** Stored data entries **
*** Block opens ***

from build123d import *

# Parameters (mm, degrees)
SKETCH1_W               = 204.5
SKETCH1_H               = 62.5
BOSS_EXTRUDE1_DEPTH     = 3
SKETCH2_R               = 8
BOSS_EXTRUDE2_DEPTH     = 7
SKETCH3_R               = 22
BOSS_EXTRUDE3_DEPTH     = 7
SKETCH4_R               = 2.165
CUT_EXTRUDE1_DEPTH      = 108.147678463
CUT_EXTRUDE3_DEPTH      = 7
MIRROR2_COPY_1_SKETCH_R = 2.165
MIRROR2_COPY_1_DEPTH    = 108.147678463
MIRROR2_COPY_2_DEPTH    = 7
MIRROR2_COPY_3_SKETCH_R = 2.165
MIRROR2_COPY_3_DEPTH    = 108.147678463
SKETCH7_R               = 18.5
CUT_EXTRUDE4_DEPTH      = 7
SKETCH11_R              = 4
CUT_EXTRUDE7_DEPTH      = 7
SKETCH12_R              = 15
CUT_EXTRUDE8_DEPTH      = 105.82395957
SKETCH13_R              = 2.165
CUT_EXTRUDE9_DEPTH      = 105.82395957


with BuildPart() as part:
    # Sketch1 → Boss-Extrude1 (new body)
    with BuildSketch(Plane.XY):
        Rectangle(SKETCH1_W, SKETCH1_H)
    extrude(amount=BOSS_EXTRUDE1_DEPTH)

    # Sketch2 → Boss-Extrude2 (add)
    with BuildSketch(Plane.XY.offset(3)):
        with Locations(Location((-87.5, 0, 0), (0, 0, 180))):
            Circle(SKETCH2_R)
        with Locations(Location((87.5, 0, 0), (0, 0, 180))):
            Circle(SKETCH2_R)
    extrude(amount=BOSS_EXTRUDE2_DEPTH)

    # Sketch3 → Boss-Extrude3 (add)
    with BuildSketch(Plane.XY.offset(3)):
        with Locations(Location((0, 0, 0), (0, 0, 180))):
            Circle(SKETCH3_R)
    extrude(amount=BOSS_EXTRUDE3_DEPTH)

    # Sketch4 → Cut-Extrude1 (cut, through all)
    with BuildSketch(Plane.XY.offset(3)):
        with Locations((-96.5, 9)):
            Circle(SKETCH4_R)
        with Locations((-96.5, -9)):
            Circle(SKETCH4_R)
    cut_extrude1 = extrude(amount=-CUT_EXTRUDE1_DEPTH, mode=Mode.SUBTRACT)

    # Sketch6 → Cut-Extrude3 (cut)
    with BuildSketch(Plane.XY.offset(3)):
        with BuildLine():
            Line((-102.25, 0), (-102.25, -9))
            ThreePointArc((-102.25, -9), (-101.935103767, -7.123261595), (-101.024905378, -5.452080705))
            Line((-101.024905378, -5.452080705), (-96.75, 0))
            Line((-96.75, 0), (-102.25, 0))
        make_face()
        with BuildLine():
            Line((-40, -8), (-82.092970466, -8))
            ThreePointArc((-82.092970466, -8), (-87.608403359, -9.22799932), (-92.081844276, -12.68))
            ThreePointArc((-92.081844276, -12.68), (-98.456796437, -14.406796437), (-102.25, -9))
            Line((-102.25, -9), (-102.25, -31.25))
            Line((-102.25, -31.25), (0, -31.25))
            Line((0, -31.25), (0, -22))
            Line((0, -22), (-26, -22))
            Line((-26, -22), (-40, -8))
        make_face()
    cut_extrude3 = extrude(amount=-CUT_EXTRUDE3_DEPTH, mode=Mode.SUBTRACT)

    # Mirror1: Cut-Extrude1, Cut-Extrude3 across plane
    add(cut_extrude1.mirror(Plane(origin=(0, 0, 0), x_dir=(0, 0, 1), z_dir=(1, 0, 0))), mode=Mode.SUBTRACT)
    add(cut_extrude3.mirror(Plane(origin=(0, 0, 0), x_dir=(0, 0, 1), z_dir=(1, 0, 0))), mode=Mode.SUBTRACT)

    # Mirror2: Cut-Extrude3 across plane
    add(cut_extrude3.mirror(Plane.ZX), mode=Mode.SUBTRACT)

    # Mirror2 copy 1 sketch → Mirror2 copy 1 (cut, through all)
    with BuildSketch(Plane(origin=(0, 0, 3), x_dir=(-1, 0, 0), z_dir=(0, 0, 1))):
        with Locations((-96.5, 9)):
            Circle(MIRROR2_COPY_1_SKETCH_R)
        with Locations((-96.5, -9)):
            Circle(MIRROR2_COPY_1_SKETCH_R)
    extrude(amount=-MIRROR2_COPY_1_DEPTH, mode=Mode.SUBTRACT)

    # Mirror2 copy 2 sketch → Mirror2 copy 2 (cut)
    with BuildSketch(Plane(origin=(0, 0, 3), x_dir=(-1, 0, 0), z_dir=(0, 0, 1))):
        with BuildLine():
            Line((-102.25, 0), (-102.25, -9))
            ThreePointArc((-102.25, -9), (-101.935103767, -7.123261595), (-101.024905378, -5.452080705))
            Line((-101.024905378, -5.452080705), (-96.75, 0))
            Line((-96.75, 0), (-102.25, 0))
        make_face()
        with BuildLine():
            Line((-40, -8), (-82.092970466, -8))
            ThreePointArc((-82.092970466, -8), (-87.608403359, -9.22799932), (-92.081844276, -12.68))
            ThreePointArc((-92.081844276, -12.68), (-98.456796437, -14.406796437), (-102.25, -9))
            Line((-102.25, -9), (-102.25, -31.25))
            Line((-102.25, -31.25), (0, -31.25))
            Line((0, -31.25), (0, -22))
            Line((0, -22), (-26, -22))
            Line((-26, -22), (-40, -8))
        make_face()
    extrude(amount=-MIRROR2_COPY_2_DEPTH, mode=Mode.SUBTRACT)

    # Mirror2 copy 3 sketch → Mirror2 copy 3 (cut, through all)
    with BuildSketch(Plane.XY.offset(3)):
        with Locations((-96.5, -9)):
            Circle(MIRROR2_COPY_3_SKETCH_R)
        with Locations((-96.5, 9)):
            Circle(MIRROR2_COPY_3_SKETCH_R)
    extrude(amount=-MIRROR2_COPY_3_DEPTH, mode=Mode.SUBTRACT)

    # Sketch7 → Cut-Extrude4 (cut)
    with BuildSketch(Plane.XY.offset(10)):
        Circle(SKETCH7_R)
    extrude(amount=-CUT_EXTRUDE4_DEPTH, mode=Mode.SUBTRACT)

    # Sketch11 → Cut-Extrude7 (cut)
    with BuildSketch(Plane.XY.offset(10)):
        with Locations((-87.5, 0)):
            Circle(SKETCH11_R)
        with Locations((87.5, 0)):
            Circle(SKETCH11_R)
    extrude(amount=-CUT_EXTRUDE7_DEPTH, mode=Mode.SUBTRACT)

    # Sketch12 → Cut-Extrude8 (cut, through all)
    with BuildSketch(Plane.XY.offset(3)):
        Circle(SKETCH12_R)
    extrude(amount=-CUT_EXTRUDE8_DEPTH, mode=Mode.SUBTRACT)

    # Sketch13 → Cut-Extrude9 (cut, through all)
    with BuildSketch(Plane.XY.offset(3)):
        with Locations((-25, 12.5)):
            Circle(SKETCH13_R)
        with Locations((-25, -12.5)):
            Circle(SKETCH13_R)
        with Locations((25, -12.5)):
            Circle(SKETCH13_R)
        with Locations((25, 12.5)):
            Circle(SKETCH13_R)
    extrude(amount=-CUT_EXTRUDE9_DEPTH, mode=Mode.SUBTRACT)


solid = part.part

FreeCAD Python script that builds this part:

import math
import FreeCAD as App
import Part
import Sketcher
Q = App.Units.Quantity


def add_polygon(sketch, points):
    """Adds a closed chain of lines whose ends are joined by coincident constraints."""
    first, n = sketch.GeometryCount, len(points)
    for a, b in zip(points, points[1:] + points[:1]):
        sketch.addGeometry(Part.LineSegment(App.Vector(*a, 0), App.Vector(*b, 0)), False)
    for i in range(n):
        sketch.addConstraint(Sketcher.Constraint("Coincident", first + i, 2, first + (i + 1) % n, 1))

doc = App.newDocument("Part")
body = doc.addObject("PartDesign::Body", "Body")

# Sketch on XY plane
sketch1 = doc.addObject("Sketcher::SketchObject", "Sketch")
body.addObject(sketch1)
sketch1.AttachmentSupport = (doc.XY_Plane, [""])
sketch1.MapMode = "FlatFace"
add_polygon(sketch1, [(-102, 31), (-102, -31), (102, -31), (102, 31)])  # lines 0-3
sketch1.addConstraint([
    Sketcher.Constraint("Vertical", 0),
    Sketcher.Constraint("Horizontal", 1),
    Sketcher.Constraint("Vertical", 2),
    Sketcher.Constraint("Horizontal", 3),
    Sketcher.Constraint("Symmetric", 0, 2, 2, 2, -1, 1),
    Sketcher.Constraint("DistanceX", 1, 1, 1, 2, Q("204.5 mm")),
    Sketcher.Constraint("DistanceY", 0, 2, 0, 1, Q("62.5 mm")),
])
pad1 = doc.addObject("PartDesign::Pad", "Pad")
body.addObject(pad1)
pad1.Profile = sketch1
pad1.Length = 3

# Sketch on XY plane
sketch2 = doc.addObject("Sketcher::SketchObject", "Sketch001")
body.addObject(sketch2)
sketch2.AttachmentSupport = (doc.XY_Plane, [""])
sketch2.MapMode = "FlatFace"
sketch2.AttachmentOffset = App.Placement(App.Vector(0, 0, 3), App.Rotation())
sketch2.addGeometry([
    Part.Circle(App.Vector(-88, 0, 0), App.Vector(0, 0, 1), 8),
    Part.Circle(App.Vector(88, 0, 0), App.Vector(0, 0, 1), 8),
], False)
sketch2.addConstraint([
    Sketcher.Constraint("Equal", 0, 1),
    Sketcher.Constraint("Symmetric", 0, 3, 1, 3, -1, 1),
    Sketcher.Constraint("PointOnObject", 0, 3, -1),
    Sketcher.Constraint("Diameter", 0, Q("16 mm")),
    Sketcher.Constraint("DistanceX", 0, 3, 1, 3, Q("175 mm")),
])
pad2 = doc.addObject("PartDesign::Pad", "Pad001")
body.addObject(pad2)
pad2.Profile = sketch2
pad2.Length = 7

# Sketch on XY plane
sketch3 = doc.addObject("Sketcher::SketchObject", "Sketch002")
body.addObject(sketch3)
sketch3.AttachmentSupport = (doc.XY_Plane, [""])
sketch3.MapMode = "FlatFace"
sketch3.AttachmentOffset = App.Placement(App.Vector(0, 0, 3), App.Rotation())
sketch3.addGeometry(Part.Circle(App.Vector(0, 0, 0), App.Vector(0, 0, 1), 22), False)
sketch3.addConstraint([
    Sketcher.Constraint("Coincident", 0, 3, -1, 1),
    Sketcher.Constraint("Diameter", 0, Q("44 mm")),
])
pad3 = doc.addObject("PartDesign::Pad", "Pad002")
body.addObject(pad3)
pad3.Profile = sketch3
pad3.Length = 7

*** Block closes ***

** What needs to be done **
For each line in the entries that holds "origin", return that line.

** Your solution **
    add(cut_extrude1.mirror(Plane(origin=(0, 0, 0), x_dir=(0, 0, 1), z_dir=(1, 0, 0))), mode=Mode.SUBTRACT)
    add(cut_extrude3.mirror(Plane(origin=(0, 0, 0), x_dir=(0, 0, 1), z_dir=(1, 0, 0))), mode=Mode.SUBTRACT)
    with BuildSketch(Plane(origin=(0, 0, 3), x_dir=(-1, 0, 0), z_dir=(0, 0, 1))):
    with BuildSketch(Plane(origin=(0, 0, 3), x_dir=(-1, 0, 0), z_dir=(0, 0, 1))):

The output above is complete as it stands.